In the listing below, the answer starts at the line that has "#25=DIRECTION('',(0.,0.,1.));" and stops after the line that has "#49=FACE_BOUND('',#48,.F.);"; please repeat that part exactly and nothing more.
[Start of section]
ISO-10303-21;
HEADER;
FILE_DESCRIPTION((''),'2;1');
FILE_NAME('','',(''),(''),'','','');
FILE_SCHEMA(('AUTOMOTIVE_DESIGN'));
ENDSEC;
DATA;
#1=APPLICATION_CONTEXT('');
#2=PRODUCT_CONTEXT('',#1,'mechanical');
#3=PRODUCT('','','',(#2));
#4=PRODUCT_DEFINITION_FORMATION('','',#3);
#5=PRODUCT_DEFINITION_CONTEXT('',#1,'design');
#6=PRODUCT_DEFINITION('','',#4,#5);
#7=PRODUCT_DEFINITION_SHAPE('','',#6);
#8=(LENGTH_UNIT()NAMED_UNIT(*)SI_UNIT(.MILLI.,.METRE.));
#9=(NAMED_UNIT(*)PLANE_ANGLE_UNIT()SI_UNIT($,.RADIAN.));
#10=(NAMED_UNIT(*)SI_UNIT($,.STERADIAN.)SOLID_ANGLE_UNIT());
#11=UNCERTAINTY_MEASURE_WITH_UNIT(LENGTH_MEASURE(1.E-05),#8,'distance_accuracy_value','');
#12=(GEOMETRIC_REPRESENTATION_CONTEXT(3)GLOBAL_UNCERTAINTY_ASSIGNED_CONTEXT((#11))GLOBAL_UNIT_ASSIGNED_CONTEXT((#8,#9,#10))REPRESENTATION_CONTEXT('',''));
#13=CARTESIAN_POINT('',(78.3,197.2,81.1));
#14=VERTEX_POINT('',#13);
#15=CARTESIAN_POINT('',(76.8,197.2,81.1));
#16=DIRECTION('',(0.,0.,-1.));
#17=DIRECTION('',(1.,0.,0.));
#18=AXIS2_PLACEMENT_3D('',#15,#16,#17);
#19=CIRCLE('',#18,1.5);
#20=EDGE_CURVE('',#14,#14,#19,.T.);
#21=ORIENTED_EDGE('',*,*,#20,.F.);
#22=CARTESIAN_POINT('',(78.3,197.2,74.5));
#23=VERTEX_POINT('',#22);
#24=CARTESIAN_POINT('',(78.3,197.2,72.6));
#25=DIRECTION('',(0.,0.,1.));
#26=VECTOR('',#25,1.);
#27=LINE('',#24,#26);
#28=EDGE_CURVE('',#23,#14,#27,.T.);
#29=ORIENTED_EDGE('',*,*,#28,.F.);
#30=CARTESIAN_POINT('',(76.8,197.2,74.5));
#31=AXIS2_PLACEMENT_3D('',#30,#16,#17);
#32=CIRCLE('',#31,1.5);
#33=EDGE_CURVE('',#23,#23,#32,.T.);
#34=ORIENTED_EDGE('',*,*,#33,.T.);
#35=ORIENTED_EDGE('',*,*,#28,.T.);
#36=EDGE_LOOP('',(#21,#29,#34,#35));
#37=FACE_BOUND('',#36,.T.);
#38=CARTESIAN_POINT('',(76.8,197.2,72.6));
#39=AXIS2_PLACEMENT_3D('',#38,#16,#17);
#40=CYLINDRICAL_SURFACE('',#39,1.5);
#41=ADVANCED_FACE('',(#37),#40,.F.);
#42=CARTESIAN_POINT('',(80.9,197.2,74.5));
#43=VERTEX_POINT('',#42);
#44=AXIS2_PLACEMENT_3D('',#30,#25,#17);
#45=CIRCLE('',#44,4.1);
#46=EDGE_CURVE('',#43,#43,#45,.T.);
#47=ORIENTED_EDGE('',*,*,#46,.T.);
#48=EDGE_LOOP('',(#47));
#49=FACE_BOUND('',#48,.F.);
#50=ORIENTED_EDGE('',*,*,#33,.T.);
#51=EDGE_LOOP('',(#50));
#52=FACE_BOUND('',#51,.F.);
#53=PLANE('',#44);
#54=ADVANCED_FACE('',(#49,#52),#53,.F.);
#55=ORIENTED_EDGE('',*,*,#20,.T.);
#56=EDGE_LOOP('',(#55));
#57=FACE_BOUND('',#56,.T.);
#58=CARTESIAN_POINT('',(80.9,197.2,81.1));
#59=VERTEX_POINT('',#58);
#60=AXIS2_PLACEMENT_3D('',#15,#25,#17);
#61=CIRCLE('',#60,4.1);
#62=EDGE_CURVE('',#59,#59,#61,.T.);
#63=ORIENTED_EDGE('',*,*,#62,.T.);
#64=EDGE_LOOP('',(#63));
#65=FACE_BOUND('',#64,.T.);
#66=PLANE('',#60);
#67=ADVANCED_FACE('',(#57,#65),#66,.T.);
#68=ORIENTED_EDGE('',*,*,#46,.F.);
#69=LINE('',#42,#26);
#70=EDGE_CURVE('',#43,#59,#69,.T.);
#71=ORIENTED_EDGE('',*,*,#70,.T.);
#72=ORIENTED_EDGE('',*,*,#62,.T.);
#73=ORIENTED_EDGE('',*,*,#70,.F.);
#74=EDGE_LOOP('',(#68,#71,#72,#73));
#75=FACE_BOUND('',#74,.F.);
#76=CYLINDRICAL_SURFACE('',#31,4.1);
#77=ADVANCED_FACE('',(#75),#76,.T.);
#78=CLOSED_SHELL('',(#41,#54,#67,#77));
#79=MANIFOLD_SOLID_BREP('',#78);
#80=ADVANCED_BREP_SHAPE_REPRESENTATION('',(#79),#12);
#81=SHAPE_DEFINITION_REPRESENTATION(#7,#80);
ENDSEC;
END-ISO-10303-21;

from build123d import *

# Parameters (mm, degrees)
CYLINDER223_R     = 1.5
CYLINDER223_DEPTH = 10
CYLINDER224_R     = 4.1
CYLINDER224_DEPTH = 6.6


with BuildPart() as cylinder223:
    # Cylinder223 → Cylinder223 (new body)
    with BuildSketch(Plane.XY.offset(-1.9)):
        Circle(CYLINDER223_R)
    extrude(amount=CYLINDER223_DEPTH)


with BuildPart() as cut161:
    # Cylinder224 → Cylinder224 (new body)
    with BuildSketch(Plane.XY):
        Circle(CYLINDER224_R)
    extrude(amount=CYLINDER224_DEPTH)

    # Cut161: cut Cylinder223
    add(cylinder223.part, mode=Mode.SUBTRACT)


with BuildPart() as cut161_1:
    # Cut161 placement: moved
    add(cut161.part.moved(Location((76.8, 197.2, 74.5))))


solid = cut161_1.part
[End of section]
## [Answer area]
#25=DIRECTION('',(0.,0.,1.));
#26=VECTOR('',#25,1.);
#27=LINE('',#24,#26);
#28=EDGE_CURVE('',#23,#14,#27,.T.);
#29=ORIENTED_EDGE('',*,*,#28,.F.);
#30=CARTESIAN_POINT('',(76.8,197.2,74.5));
#31=AXIS2_PLACEMENT_3D('',#30,#16,#17);
#32=CIRCLE('',#31,1.5);
#33=EDGE_CURVE('',#23,#23,#32,.T.);
#34=ORIENTED_EDGE('',*,*,#33,.T.);
#35=ORIENTED_EDGE('',*,*,#28,.T.);
#36=EDGE_LOOP('',(#21,#29,#34,#35));
#37=FACE_BOUND('',#36,.T.);
#38=CARTESIAN_POINT('',(76.8,197.2,72.6));
#39=AXIS2_PLACEMENT_3D('',#38,#16,#17);
#40=CYLINDRICAL_SURFACE('',#39,1.5);
#41=ADVANCED_FACE('',(#37),#40,.F.);
#42=CARTESIAN_POINT('',(80.9,197.2,74.5));
#43=VERTEX_POINT('',#42);
#44=AXIS2_PLACEMENT_3D('',#30,#25,#17);
#45=CIRCLE('',#44,4.1);
#46=EDGE_CURVE('',#43,#43,#45,.T.);
#47=ORIENTED_EDGE('',*,*,#46,.T.);
#48=EDGE_LOOP('',(#47));
#49=FACE_BOUND('',#48,.F.);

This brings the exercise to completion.